TASK TO CARRY OUT: Once you reach the line containing "#217=CARTESIAN_POINT('',(15.36,0.,3.));" in the entries below, write out that line and each one after it down to the line containing "#230=FACE_BOUND('',#229,.T.);", exactly and with nothing added.
=== Begin Enclosure ===
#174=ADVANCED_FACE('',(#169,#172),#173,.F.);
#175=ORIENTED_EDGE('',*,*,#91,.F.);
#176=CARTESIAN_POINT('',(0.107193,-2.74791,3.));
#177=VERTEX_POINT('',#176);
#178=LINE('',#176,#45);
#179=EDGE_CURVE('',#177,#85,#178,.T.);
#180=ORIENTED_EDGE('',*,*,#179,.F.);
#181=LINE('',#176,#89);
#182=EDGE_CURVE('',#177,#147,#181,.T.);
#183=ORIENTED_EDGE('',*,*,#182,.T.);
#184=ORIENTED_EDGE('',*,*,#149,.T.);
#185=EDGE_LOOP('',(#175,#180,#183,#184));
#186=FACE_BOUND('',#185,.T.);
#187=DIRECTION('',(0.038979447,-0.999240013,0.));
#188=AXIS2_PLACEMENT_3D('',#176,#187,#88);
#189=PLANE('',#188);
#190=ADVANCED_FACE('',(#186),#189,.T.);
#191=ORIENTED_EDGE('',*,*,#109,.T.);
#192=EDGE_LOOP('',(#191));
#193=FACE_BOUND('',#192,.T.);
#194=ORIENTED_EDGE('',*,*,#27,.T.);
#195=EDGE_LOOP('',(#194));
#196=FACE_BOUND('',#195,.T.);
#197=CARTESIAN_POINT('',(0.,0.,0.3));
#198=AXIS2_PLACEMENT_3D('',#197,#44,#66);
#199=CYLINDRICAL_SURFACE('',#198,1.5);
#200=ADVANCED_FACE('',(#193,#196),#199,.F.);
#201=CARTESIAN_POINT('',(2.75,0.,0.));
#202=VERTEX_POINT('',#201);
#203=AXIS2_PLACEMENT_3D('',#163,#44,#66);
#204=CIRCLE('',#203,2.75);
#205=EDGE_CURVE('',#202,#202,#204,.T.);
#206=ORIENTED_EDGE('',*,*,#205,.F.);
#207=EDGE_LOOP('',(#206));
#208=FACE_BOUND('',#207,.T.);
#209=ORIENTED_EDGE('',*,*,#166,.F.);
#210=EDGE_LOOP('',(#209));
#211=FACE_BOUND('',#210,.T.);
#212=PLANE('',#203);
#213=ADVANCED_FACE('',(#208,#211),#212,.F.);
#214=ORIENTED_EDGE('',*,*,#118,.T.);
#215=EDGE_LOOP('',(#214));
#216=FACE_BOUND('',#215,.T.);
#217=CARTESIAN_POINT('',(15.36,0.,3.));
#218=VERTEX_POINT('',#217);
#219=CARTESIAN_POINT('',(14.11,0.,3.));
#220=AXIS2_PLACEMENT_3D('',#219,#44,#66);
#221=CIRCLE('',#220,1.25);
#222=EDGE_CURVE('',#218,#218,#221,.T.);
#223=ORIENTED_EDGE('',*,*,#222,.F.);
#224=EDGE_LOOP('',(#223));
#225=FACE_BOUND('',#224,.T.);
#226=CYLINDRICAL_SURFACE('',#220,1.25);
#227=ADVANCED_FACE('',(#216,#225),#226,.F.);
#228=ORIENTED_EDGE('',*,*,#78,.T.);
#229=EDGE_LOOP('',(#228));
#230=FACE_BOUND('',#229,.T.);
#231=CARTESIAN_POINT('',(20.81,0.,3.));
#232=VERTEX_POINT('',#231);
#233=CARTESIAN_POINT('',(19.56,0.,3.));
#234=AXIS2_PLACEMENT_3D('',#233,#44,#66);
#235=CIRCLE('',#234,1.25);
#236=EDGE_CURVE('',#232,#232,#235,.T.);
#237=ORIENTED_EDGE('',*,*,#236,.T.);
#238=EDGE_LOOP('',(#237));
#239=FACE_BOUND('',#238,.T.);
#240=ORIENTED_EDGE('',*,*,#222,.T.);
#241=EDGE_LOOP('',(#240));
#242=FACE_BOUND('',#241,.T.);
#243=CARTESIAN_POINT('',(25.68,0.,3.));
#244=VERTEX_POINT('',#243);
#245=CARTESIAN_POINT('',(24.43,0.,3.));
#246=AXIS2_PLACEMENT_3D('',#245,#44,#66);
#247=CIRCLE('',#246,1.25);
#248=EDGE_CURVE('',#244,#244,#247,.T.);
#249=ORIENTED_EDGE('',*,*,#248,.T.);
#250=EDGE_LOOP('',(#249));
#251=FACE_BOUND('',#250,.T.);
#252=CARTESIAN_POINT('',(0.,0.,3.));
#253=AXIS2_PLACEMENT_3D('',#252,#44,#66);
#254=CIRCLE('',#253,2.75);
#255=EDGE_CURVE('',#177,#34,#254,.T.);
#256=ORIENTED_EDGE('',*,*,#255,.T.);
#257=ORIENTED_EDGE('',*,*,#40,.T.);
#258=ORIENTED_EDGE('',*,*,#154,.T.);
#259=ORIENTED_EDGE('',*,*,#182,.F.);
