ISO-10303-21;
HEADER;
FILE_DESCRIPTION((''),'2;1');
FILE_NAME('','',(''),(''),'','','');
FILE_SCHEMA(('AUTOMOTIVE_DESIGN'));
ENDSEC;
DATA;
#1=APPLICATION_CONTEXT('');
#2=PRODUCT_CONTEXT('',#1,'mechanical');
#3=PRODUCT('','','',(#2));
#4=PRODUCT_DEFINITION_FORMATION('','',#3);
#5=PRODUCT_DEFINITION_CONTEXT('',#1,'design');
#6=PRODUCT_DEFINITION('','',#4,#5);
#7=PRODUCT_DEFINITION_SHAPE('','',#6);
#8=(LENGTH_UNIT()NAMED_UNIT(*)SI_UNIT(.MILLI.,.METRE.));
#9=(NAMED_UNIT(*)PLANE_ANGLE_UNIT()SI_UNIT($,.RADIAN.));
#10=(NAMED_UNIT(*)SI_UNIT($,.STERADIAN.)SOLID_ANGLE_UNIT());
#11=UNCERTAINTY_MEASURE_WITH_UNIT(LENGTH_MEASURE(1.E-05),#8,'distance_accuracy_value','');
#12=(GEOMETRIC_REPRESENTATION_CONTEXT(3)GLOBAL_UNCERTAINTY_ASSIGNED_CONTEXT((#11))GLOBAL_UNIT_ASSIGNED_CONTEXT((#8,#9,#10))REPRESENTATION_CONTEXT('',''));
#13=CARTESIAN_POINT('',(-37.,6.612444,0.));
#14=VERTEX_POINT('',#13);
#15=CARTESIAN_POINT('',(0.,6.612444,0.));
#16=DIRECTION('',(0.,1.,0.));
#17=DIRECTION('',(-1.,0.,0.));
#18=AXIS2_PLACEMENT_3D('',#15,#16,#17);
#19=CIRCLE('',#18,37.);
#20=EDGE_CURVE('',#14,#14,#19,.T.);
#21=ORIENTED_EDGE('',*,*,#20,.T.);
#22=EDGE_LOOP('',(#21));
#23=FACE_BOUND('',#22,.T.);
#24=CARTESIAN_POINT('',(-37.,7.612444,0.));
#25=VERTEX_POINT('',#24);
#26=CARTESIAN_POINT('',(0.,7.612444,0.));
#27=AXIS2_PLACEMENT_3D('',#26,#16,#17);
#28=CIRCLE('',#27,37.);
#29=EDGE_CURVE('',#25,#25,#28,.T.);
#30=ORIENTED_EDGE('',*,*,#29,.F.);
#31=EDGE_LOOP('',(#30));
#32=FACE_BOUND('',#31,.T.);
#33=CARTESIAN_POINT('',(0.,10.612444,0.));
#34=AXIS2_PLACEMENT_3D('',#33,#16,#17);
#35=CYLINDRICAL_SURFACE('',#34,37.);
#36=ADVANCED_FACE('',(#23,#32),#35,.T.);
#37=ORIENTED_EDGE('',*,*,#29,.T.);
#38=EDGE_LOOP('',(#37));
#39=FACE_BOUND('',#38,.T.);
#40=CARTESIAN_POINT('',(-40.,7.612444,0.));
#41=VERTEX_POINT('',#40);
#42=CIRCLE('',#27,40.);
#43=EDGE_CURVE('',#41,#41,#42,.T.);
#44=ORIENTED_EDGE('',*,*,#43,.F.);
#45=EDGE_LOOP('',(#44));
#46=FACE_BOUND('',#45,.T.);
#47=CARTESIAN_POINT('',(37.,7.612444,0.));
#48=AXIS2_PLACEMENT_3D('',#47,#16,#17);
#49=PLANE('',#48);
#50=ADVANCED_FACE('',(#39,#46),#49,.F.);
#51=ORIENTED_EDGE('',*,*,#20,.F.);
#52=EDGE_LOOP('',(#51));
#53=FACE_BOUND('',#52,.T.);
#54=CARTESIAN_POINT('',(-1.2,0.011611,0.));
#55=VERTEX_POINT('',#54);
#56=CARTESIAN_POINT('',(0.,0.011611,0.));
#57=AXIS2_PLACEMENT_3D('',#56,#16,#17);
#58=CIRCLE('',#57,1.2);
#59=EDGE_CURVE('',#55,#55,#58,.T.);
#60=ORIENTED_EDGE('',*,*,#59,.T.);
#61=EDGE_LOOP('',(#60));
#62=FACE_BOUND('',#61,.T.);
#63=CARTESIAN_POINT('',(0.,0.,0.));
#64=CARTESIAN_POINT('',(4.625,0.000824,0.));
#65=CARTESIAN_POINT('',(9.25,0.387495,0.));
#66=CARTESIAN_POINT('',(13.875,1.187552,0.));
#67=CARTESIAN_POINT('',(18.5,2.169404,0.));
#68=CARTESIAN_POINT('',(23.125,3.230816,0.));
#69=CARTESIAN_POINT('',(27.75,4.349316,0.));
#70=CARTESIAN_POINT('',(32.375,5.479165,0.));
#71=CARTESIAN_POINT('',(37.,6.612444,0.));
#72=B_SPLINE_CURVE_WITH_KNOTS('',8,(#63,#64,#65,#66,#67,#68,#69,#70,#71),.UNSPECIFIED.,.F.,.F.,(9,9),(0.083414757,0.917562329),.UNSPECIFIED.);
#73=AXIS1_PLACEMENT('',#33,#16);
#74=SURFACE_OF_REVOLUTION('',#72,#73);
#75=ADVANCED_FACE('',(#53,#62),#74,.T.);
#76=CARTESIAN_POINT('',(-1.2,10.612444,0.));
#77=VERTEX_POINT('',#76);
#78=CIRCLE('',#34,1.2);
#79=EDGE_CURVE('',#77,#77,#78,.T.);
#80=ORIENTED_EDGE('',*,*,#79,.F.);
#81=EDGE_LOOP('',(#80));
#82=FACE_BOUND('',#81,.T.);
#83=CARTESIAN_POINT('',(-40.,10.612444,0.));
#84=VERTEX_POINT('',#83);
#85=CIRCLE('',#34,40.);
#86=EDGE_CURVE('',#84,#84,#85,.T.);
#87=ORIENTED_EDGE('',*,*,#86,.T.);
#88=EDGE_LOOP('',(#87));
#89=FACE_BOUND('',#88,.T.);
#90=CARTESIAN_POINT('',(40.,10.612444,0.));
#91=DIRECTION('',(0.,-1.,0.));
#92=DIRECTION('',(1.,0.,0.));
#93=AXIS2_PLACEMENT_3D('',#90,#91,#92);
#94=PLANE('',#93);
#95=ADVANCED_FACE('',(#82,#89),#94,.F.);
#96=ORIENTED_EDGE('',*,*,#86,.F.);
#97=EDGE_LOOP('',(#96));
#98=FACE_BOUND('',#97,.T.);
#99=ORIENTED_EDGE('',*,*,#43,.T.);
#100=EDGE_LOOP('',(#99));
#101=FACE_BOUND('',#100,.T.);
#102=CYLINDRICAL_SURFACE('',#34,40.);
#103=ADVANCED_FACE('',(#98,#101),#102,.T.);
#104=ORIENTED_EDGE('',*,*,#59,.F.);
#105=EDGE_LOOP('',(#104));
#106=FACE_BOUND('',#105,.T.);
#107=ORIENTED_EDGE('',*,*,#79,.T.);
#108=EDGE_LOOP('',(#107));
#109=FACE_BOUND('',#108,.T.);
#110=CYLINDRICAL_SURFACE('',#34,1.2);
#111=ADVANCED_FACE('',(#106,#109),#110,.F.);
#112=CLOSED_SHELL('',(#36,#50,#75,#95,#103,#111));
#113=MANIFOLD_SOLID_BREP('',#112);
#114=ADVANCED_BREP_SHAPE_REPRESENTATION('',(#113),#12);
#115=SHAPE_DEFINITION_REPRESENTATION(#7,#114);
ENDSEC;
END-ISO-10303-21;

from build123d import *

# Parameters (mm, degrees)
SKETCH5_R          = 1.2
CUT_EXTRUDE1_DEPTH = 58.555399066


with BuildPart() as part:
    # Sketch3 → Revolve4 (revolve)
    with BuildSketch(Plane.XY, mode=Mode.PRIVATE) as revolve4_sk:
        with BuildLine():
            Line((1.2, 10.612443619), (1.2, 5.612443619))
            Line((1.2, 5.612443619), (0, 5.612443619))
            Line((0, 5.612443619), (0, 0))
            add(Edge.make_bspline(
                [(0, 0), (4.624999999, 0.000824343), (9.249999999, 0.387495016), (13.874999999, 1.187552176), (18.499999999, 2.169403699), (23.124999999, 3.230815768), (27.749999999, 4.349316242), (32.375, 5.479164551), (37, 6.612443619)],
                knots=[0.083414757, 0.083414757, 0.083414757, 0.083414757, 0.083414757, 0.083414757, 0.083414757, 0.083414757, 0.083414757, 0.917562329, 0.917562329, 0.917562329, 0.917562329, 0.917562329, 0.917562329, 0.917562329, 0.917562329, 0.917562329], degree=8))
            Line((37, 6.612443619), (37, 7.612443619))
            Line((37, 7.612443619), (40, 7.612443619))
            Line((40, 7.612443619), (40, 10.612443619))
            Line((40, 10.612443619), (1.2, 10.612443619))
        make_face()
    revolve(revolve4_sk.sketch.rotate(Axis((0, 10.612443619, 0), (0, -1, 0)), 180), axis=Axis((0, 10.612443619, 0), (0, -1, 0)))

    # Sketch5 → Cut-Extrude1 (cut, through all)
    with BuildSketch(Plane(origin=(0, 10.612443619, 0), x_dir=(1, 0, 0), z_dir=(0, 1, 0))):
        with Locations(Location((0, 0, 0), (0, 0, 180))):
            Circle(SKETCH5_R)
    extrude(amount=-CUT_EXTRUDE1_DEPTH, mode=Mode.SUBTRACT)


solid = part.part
=== End Enclosure ===
REPLY:
#217=CARTESIAN_POINT('',(15.36,0.,3.));
#218=VERTEX_POINT('',#217);
#219=CARTESIAN_POINT('',(14.11,0.,3.));
#220=AXIS2_PLACEMENT_3D('',#219,#44,#66);
#221=CIRCLE('',#220,1.25);
#222=EDGE_CURVE('',#218,#218,#221,.T.);
#223=ORIENTED_EDGE('',*,*,#222,.F.);
#224=EDGE_LOOP('',(#223));
#225=FACE_BOUND('',#224,.T.);
#226=CYLINDRICAL_SURFACE('',#220,1.25);
#227=ADVANCED_FACE('',(#216,#225),#226,.F.);
#228=ORIENTED_EDGE('',*,*,#78,.T.);
#229=EDGE_LOOP('',(#228));
#230=FACE_BOUND('',#229,.T.);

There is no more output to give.